» WHAT IS REQUIRED:
Print nothing but the lines below starting at the line that holds "# Sketch2 → Cut-Extrude1 (cut)" and ending at the line that holds "# FreeCAD 1.0 macro for this part", including both, each exactly as written.
━━━━━ RECORDED DATA ━━━━━
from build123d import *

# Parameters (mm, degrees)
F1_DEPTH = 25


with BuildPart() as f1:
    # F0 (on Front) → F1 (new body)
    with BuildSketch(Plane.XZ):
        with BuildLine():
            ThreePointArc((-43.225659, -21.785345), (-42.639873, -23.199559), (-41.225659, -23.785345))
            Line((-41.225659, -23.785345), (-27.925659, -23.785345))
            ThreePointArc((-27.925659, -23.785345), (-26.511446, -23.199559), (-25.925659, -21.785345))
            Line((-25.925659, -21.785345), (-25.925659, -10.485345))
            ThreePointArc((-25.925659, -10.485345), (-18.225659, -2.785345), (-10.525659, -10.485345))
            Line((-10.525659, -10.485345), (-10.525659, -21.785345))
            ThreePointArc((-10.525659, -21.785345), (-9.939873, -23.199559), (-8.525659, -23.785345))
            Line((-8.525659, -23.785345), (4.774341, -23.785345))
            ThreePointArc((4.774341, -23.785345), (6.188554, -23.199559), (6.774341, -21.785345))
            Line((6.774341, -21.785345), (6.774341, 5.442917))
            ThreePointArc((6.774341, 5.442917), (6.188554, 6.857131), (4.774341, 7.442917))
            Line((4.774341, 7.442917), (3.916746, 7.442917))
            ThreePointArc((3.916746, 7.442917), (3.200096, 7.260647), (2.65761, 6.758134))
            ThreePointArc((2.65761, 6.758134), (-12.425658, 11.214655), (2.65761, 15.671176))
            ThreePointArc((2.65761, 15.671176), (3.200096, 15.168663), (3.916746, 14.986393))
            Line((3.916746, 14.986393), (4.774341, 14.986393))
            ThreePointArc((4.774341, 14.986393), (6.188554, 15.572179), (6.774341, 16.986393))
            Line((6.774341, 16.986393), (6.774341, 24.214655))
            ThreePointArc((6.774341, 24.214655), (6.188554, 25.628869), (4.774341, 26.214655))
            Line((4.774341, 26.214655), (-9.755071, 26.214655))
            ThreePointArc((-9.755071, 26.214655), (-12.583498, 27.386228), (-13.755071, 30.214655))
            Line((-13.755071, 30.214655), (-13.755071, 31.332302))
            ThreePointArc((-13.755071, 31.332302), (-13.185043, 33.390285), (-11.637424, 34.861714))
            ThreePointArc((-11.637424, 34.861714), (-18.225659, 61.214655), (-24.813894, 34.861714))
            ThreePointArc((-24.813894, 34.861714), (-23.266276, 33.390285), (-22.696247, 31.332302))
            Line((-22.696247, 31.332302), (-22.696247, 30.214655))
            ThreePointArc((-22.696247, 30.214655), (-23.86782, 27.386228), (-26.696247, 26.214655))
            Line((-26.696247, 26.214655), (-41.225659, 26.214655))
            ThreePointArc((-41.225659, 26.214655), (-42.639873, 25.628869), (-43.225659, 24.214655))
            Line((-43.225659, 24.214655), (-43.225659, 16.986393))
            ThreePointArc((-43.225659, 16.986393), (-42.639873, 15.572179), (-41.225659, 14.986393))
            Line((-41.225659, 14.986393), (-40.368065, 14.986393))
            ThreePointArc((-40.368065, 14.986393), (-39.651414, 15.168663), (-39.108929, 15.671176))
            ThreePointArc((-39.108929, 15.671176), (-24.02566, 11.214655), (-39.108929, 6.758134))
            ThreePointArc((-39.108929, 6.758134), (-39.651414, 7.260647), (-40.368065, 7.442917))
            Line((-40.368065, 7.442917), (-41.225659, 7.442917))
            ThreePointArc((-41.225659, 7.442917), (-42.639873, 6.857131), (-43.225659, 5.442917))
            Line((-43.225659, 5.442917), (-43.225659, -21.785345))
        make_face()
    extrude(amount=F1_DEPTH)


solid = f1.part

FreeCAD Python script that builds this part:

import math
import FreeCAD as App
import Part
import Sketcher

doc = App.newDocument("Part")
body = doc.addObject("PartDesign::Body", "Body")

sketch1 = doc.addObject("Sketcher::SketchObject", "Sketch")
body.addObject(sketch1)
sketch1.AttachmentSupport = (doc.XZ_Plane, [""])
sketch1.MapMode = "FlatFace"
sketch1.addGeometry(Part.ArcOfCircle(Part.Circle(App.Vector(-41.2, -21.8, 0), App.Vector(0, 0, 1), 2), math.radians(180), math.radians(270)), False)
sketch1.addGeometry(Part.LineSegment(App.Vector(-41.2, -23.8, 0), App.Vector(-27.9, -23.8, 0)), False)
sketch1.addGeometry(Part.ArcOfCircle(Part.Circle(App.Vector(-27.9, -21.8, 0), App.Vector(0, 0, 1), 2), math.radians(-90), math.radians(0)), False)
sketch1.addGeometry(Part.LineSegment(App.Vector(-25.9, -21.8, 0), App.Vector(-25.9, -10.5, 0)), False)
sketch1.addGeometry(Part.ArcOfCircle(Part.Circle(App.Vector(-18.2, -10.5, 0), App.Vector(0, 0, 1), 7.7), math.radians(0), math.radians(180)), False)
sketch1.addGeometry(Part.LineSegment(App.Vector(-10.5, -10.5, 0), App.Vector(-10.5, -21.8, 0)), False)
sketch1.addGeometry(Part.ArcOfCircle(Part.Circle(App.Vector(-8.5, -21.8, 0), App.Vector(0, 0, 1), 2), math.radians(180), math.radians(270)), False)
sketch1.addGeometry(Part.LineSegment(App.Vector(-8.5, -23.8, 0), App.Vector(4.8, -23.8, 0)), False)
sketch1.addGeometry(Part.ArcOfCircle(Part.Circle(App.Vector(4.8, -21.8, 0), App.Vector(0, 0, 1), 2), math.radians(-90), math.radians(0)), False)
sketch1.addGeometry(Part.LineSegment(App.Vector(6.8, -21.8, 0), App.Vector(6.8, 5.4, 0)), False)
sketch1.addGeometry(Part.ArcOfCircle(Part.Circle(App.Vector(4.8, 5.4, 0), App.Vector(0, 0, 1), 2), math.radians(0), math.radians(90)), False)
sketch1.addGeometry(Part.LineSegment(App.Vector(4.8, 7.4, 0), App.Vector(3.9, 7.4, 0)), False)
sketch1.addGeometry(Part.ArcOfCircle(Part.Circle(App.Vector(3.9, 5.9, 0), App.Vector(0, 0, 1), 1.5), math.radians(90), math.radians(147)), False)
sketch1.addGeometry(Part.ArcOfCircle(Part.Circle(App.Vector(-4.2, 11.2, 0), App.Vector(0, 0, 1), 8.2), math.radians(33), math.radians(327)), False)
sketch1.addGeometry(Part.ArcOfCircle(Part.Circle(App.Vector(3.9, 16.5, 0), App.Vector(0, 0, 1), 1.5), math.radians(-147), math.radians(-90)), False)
━━━━━
━━━━━ RECORDED DATA ━━━━━
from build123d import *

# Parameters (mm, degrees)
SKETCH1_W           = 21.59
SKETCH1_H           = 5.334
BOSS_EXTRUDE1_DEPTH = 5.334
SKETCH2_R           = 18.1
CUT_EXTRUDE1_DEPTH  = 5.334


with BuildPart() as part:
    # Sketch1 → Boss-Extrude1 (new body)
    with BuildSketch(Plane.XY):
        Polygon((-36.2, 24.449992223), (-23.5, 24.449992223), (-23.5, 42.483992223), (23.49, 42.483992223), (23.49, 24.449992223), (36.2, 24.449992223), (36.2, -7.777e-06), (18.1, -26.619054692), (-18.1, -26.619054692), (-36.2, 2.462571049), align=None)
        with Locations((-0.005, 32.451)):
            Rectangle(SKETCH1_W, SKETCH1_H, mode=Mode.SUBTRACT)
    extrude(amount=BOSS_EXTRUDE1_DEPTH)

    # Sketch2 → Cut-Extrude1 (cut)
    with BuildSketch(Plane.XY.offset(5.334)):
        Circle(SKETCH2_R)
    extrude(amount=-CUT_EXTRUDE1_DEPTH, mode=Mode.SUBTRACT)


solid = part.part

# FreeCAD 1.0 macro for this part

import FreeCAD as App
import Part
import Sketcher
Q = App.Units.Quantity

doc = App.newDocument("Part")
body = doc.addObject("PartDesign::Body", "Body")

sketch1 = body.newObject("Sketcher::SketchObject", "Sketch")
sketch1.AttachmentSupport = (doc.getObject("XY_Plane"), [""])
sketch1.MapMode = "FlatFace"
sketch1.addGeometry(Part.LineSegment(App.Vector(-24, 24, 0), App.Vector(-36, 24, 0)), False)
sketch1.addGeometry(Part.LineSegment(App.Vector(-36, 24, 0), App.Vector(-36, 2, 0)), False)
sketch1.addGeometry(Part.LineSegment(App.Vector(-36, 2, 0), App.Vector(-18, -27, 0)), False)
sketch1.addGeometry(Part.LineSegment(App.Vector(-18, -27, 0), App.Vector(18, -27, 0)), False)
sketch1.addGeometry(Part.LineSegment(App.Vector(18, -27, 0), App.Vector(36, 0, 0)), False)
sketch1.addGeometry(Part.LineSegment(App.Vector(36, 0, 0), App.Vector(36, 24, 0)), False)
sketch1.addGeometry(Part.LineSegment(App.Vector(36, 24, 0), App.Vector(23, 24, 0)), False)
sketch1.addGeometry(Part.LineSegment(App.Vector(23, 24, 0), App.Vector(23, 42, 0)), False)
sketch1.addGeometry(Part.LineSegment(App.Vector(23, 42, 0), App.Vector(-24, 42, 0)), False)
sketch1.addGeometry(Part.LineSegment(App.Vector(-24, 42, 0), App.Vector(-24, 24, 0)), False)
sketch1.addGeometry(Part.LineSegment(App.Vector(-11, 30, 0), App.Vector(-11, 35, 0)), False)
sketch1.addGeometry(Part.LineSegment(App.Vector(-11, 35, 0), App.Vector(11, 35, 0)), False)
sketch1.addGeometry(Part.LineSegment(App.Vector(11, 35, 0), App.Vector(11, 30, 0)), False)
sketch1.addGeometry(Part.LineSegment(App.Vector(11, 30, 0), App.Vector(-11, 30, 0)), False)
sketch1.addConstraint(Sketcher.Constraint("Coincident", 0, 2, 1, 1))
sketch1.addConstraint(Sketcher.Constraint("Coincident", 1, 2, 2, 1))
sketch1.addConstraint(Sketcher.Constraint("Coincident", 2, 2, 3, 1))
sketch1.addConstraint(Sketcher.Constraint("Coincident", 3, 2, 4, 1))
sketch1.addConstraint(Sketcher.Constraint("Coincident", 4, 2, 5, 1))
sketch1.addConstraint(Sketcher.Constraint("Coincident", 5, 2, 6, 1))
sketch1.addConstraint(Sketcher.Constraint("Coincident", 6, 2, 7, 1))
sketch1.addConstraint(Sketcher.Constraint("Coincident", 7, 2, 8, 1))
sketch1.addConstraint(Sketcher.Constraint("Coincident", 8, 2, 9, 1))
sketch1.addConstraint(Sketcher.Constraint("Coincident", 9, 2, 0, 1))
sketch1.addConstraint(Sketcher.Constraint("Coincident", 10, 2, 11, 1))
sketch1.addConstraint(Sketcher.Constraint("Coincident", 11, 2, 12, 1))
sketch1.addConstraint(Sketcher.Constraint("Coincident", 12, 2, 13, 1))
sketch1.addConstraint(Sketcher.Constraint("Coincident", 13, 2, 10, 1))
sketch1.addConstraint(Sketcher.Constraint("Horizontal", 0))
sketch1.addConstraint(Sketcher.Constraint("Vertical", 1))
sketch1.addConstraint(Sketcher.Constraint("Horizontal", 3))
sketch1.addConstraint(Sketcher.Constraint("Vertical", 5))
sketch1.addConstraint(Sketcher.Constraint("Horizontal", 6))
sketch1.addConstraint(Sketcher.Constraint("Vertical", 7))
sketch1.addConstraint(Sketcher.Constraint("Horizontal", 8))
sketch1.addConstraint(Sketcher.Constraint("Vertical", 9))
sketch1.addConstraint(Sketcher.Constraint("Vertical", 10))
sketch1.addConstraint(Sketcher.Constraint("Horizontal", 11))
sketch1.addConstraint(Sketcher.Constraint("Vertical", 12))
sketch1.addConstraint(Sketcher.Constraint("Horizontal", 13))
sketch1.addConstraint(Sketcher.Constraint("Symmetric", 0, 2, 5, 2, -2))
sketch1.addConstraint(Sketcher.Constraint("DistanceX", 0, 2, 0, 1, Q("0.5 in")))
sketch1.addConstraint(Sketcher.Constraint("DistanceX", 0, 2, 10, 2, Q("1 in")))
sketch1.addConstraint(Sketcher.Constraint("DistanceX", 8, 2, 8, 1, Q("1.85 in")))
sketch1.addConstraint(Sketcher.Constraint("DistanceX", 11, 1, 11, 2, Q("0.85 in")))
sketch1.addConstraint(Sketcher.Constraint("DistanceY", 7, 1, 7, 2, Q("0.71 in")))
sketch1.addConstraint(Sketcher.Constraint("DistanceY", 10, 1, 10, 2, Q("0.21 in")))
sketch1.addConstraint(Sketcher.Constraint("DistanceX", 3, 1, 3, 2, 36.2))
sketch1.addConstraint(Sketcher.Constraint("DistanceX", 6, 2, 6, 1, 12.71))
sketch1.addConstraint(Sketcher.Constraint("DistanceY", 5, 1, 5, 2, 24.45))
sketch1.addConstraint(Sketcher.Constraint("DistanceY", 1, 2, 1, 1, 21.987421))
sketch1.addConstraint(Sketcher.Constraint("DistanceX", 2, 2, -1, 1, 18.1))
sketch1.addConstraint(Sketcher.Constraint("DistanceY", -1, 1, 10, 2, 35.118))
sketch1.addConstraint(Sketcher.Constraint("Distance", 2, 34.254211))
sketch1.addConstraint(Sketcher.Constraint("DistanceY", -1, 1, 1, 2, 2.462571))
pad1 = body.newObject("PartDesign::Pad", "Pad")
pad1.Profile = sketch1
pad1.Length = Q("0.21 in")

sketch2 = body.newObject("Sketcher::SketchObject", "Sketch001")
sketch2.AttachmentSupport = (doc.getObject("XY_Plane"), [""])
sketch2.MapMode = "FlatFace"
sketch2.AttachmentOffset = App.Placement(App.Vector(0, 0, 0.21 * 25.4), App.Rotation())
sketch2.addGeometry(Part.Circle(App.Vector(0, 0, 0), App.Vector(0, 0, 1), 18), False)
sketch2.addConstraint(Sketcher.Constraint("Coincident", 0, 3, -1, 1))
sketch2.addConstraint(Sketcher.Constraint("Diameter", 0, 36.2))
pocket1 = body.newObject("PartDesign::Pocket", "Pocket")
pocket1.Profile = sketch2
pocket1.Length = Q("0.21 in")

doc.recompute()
━━━━━
━━━━━ RECORDED DATA ━━━━━
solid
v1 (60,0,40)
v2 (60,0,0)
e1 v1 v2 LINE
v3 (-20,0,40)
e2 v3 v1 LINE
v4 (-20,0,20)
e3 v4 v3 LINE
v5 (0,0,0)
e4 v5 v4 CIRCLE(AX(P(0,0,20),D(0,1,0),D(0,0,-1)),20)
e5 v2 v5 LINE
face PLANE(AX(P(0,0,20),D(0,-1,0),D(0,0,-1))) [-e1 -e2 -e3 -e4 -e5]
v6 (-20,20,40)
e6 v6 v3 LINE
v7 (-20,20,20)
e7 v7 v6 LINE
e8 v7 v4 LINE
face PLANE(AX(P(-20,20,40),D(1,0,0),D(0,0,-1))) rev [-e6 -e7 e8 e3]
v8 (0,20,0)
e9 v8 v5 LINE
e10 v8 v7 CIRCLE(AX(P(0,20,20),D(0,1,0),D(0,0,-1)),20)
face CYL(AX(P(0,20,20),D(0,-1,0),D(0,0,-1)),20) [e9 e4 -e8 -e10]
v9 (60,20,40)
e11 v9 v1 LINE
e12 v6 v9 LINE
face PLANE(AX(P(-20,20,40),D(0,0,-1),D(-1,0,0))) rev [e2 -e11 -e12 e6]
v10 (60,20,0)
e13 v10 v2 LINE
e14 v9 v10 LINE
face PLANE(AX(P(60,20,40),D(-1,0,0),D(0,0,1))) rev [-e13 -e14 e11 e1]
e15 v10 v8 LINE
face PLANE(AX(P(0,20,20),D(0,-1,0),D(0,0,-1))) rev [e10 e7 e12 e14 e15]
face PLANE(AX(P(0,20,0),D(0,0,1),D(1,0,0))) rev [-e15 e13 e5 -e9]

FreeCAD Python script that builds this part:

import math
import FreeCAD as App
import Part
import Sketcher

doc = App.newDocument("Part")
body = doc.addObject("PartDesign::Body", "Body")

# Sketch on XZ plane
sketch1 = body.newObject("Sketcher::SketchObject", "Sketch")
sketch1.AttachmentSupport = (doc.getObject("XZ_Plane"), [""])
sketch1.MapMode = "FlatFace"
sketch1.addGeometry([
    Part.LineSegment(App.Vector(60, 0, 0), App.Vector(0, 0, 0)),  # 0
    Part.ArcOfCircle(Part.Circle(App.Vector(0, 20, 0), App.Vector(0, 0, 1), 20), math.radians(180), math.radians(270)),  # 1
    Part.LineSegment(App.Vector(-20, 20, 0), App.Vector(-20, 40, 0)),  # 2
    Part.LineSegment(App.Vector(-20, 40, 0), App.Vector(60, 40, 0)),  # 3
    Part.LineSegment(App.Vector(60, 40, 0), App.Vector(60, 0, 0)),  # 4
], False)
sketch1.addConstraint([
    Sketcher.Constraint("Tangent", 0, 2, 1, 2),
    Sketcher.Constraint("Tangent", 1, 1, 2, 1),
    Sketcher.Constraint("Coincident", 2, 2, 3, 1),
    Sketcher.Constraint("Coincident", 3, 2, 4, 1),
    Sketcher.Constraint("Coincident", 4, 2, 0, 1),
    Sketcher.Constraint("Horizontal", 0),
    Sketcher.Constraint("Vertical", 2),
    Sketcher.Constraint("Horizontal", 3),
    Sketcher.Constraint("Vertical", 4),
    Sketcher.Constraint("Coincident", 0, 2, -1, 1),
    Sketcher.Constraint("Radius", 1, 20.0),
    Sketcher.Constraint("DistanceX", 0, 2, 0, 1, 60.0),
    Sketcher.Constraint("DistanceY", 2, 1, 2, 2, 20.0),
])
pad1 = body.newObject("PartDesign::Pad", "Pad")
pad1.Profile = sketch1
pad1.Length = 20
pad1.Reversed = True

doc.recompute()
━━━━━
» YOUR SOLUTION:
    # Sketch2 → Cut-Extrude1 (cut)
    with BuildSketch(Plane.XY.offset(5.334)):
        Circle(SKETCH2_R)
    extrude(amount=-CUT_EXTRUDE1_DEPTH, mode=Mode.SUBTRACT)


solid = part.part

# FreeCAD 1.0 macro for this part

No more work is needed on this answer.